Research relevance and current trends
- Using high-specificity ligands, toxins, and engineered peptides to dissect closely related receptor/channel subtypes and signaling microdomains.
- Pairing labeled (e.g., fluorescent) proteins/peptides with advanced imaging to map surface expression, trafficking, and nanoscale organization.
- Increasing emphasis on reproducibility through standardized characterization (identity, purity, and lot QC) and transparent reporting of reagent attributes.
Common research applications
- Electrophysiology: commonly used to compare signal, binding, or functional readouts across conditions without implying a specific protocol.
- Synaptic recording: commonly used to compare signal, binding, or functional readouts across conditions without implying a specific protocol.
Across these use cases, changes in signal or functional readout are generally interpreted as evidence of differences in target abundance, accessibility, or engagement, but alternative explanations (matrix effects, off-target interactions, or assay artifacts) should be considered.
Notes for experimental interpretation
- Assay context matters: binding assays, functional modulation, and detection workflows can yield different readouts even for the same target system.
- Target complexity: closely related family members, splice variants, and post-translational modifications can influence apparent specificity and potency.
- Matrix and sample effects: buffer composition, detergents, and biological matrices may alter stability or apparent activity; interpret with appropriate controls.

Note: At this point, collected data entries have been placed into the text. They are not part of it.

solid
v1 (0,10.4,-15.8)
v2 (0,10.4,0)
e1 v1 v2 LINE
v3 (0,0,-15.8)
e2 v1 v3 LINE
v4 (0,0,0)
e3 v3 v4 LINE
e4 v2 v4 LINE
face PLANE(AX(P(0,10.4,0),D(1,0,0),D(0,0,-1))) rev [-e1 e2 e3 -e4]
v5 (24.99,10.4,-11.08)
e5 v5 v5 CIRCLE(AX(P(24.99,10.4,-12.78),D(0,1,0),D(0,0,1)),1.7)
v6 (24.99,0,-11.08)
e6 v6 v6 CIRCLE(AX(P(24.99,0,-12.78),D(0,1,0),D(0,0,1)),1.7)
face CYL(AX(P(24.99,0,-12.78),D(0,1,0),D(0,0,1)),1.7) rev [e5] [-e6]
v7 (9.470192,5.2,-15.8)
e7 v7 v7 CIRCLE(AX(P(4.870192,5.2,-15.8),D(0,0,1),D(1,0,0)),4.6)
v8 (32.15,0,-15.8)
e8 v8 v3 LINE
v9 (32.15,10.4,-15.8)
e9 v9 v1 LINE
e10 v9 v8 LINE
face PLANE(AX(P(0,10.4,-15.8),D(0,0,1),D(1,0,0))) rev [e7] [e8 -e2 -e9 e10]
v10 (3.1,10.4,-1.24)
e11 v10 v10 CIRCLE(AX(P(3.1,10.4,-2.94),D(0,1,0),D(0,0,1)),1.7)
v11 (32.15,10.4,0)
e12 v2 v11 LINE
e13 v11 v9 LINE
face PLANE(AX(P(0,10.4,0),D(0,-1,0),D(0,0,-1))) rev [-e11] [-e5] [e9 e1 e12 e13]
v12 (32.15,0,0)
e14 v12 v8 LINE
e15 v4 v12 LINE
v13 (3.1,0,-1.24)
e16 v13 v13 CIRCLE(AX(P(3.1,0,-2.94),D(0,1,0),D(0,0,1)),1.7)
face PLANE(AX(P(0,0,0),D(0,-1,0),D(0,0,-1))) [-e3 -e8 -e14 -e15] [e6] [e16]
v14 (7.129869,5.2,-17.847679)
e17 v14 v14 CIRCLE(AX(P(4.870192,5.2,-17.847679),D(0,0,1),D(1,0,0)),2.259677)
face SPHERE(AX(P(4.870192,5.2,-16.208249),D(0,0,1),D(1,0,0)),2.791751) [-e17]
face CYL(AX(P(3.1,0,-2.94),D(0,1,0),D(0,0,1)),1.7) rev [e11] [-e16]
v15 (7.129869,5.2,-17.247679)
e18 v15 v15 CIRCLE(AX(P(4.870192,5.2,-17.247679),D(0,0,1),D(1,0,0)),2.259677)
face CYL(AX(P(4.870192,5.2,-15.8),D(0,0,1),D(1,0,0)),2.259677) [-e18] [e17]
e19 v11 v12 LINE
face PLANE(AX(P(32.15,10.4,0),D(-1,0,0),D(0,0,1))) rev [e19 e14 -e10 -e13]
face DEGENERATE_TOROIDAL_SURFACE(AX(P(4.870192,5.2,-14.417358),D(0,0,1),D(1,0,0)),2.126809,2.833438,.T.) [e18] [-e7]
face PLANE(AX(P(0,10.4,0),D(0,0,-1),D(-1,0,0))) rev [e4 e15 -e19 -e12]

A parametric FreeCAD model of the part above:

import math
import FreeCAD as App
import Part
import Sketcher

V = App.Vector
Q = App.Units.Quantity


def add_polygon(sketch, points):
    """Adds a closed chain of lines whose ends are joined by coincident constraints."""
    first, n = sketch.GeometryCount, len(points)
    for a, b in zip(points, points[1:] + points[:1]):
        sketch.addGeometry(Part.LineSegment(App.Vector(*a, 0), App.Vector(*b, 0)), False)
    for i in range(n):
        sketch.addConstraint(Sketcher.Constraint("Coincident", first + i, 2, first + (i + 1) % n, 1))

doc = App.newDocument("Part")
body = doc.addObject("PartDesign::Body", "Body")

# Sketch on XZ plane
sketch1 = body.newObject("Sketcher::SketchObject", "Sketch")
sketch1.AttachmentSupport = (doc.getObject("XZ_Plane"), [""])
sketch1.MapMode = "FlatFace"
add_polygon(sketch1, [(0, -16), (0, 0), (32, 0), (32, -16)])  # lines 0-3
sketch1.addConstraint(Sketcher.Constraint("Vertical", 0))
sketch1.addConstraint(Sketcher.Constraint("Horizontal", 1))
sketch1.addConstraint(Sketcher.Constraint("Vertical", 2))
sketch1.addConstraint(Sketcher.Constraint("Horizontal", 3))
sketch1.addConstraint(Sketcher.Constraint("Coincident", 0, 2, -1, 1))
sketch1.addConstraint(Sketcher.Constraint("DistanceY", 0, 1, 0, 2, Q("15.8 mm")))
sketch1.addConstraint(Sketcher.Constraint("DistanceX", 1, 1, 1, 2, Q("32.15 mm")))
pad1 = body.newObject("PartDesign::Pad", "Pad")
pad1.Profile = sketch1
pad1.Length = 10.4
pad1.Reversed = True

# Sketch on XZ plane
sketch2 = body.newObject("Sketcher::SketchObject", "Sketch001")
sketch2.AttachmentSupport = (doc.getObject("XZ_Plane"), [""])
sketch2.MapMode = "FlatFace"
sketch2.AttachmentOffset = App.Placement(V(0, 0, -10.4), App.Rotation())
sketch2.addGeometry(Part.Circle(V(3.1, -2.9, 0), V(0, 0, 1), 1.7), False)
sketch2.addGeometry(Part.Circle(V(25, -12.8, 0), V(0, 0, 1), 1.7), False)
sketch2.addConstraint(Sketcher.Constraint("Equal", 0, 1))
sketch2.addConstraint(Sketcher.Constraint("Diameter", 0, Q("3.4 mm")))
sketch2.addConstraint(Sketcher.Constraint("DistanceX", -1, 1, 0, 3, Q("3.1 mm")))
sketch2.addConstraint(Sketcher.Constraint("DistanceY", 0, 3, -1, 1, Q("2.94 mm")))
sketch2.addConstraint(Sketcher.Constraint("DistanceX", -1, 1, 1, 3, Q("24.99 mm")))
sketch2.addConstraint(Sketcher.Constraint("DistanceY", 1, 3, -1, 1, Q("12.78 mm")))
pocket1 = body.newObject("PartDesign::Pocket", "Pocket")
pocket1.Profile = sketch2
pocket1.Length = 10.4
pocket1.Reversed = True

# Sketch on XZ plane
sketch3 = body.newObject("Sketcher::SketchObject", "Sketch002")
sketch3.AttachmentSupport = (doc.getObject("XZ_Plane"), [""])
sketch3.MapMode = "FlatFace"
sketch3.AttachmentOffset = App.Placement(V(0, 0, -5.2), App.Rotation())
sketch3.addGeometry(Part.LineSegment(V(4.9, -15.8, 0), V(9.5, -15.8, 0)), False)
sketch3.addGeometry(Part.ArcOfCircle(Part.Circle(V(7, -14.4, 0), V(0, 0, 1), 2.8), math.radians(-87), math.radians(-29)), False)
sketch3.addGeometry(Part.LineSegment(V(7.1, -17.2, 0), V(7.1, -17.8, 0)), False)
sketch3.addGeometry(Part.ArcOfCircle(Part.Circle(V(4.9, -16.2, 0), V(0, 0, 1), 2.8), math.radians(-90), math.radians(-36)), False)
sketch3.addGeometry(Part.LineSegment(V(4.9, -19, 0), V(4.9, -15.8, 0)), False)
sketch3.addGeometry(Part.LineSegment(V(4.9, -14.4, 0), V(4.9, -19, 0)), True)  # axis
sketch3.addConstraint(Sketcher.Constraint("Coincident", 0, 2, 1, 2))
sketch3.addConstraint(Sketcher.Constraint("Coincident", 1, 1, 2, 1))
sketch3.addConstraint(Sketcher.Constraint("Coincident", 2, 2, 3, 2))
sketch3.addConstraint(Sketcher.Constraint("Coincident", 3, 1, 4, 1))
sketch3.addConstraint(Sketcher.Constraint("Coincident", 4, 2, 0, 1))
sketch3.addConstraint(Sketcher.Constraint("Horizontal", 0))
sketch3.addConstraint(Sketcher.Constraint("Vertical", 2))
sketch3.addConstraint(Sketcher.Constraint("Vertical", 4))
sketch3.addConstraint(Sketcher.Constraint("Vertical", 5))
sketch3.addConstraint(Sketcher.Constraint("Coincident", 5, 2, 3, 1))
sketch3.addConstraint(Sketcher.Constraint("Horizontal", 1, 3, 5, 1))
sketch3.addConstraint(Sketcher.Constraint("DistanceX", 0, 1, 0, 2, Q("4.6 mm")))
sketch3.addConstraint(Sketcher.Constraint("DistanceY", 2, 2, 2, 1, Q("0.6 mm")))
sketch3.addConstraint(Sketcher.Constraint("DistanceY", 4, 1, 4, 2, Q("3.2 mm")))
sketch3.addConstraint(Sketcher.Constraint("DistanceY", 3, 1, -1, 1, Q("19 mm")))
sketch3.addConstraint(Sketcher.Constraint("DistanceX", 3, 3, 0, 2, Q("4.6 mm")))
sketch3.addConstraint(Sketcher.Constraint("Radius", 1, Q("2.833438 mm")))
sketch3.addConstraint(Sketcher.Constraint("Radius", 3, Q("2.791751 mm")))
sketch3.addConstraint(Sketcher.Constraint("DistanceX", -1, 1, 1, 3, Q("6.997001 mm")))
sketch3.addConstraint(Sketcher.Constraint("DistanceY", 5, 2, 5, 1, Q("4.582642 mm")))
revolution = body.newObject("PartDesign::Revolution", "Revolution")
revolution.Profile = sketch3
revolution.ReferenceAxis = (sketch3, ["Axis0"])
revolution.Angle = 360

doc.recompute()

- Control concepts: include negative controls and orthogonal validation (e.g., genetic perturbation or alternative reagents) to support robust interpretation.
Can’t Find What You’re Looking For? We can help you source the best match or customize a recombinant protein solution for your study. Options may include species (human/mouse/rat), protein region/domain (full-length vs fragment), tag or label (His/GST/FLAG/biotin/fluorescent), expression system (E. coli/HEK293/insect), purity grade, formulation (buffer, carrier-free, glycerol-free), activity/functional validation (binding or enzymatic assays), endotoxin level (low-endotoxin for cell-based work), mutants/variants (point mutations, isoforms), and bulk or custom packaging. Click Talk to a Scientist to submit a request form, email us at support@biohippo.com, or explore our Research Services for additional support. Our team will be in contact with you shortly.
Ushkaryov, Y.
et al. (2002) Toxicon 40, 1.
Frontali, B.
et al. (1976) J. Cell Biol. 68, 462.
Grasso, A.
et al. (1976) Biochim. Biophys. Acta. 439, 406.
Grasso, A.
et al. (1976) Biochim. Biophys. Acta. 439, 406.
Sudhof, T.C.
et al. (2001) Annu. Rev. Neurosci. 24, 933.
Frontali, N.
et al. (1976) J. Cell Biol. 68, 462.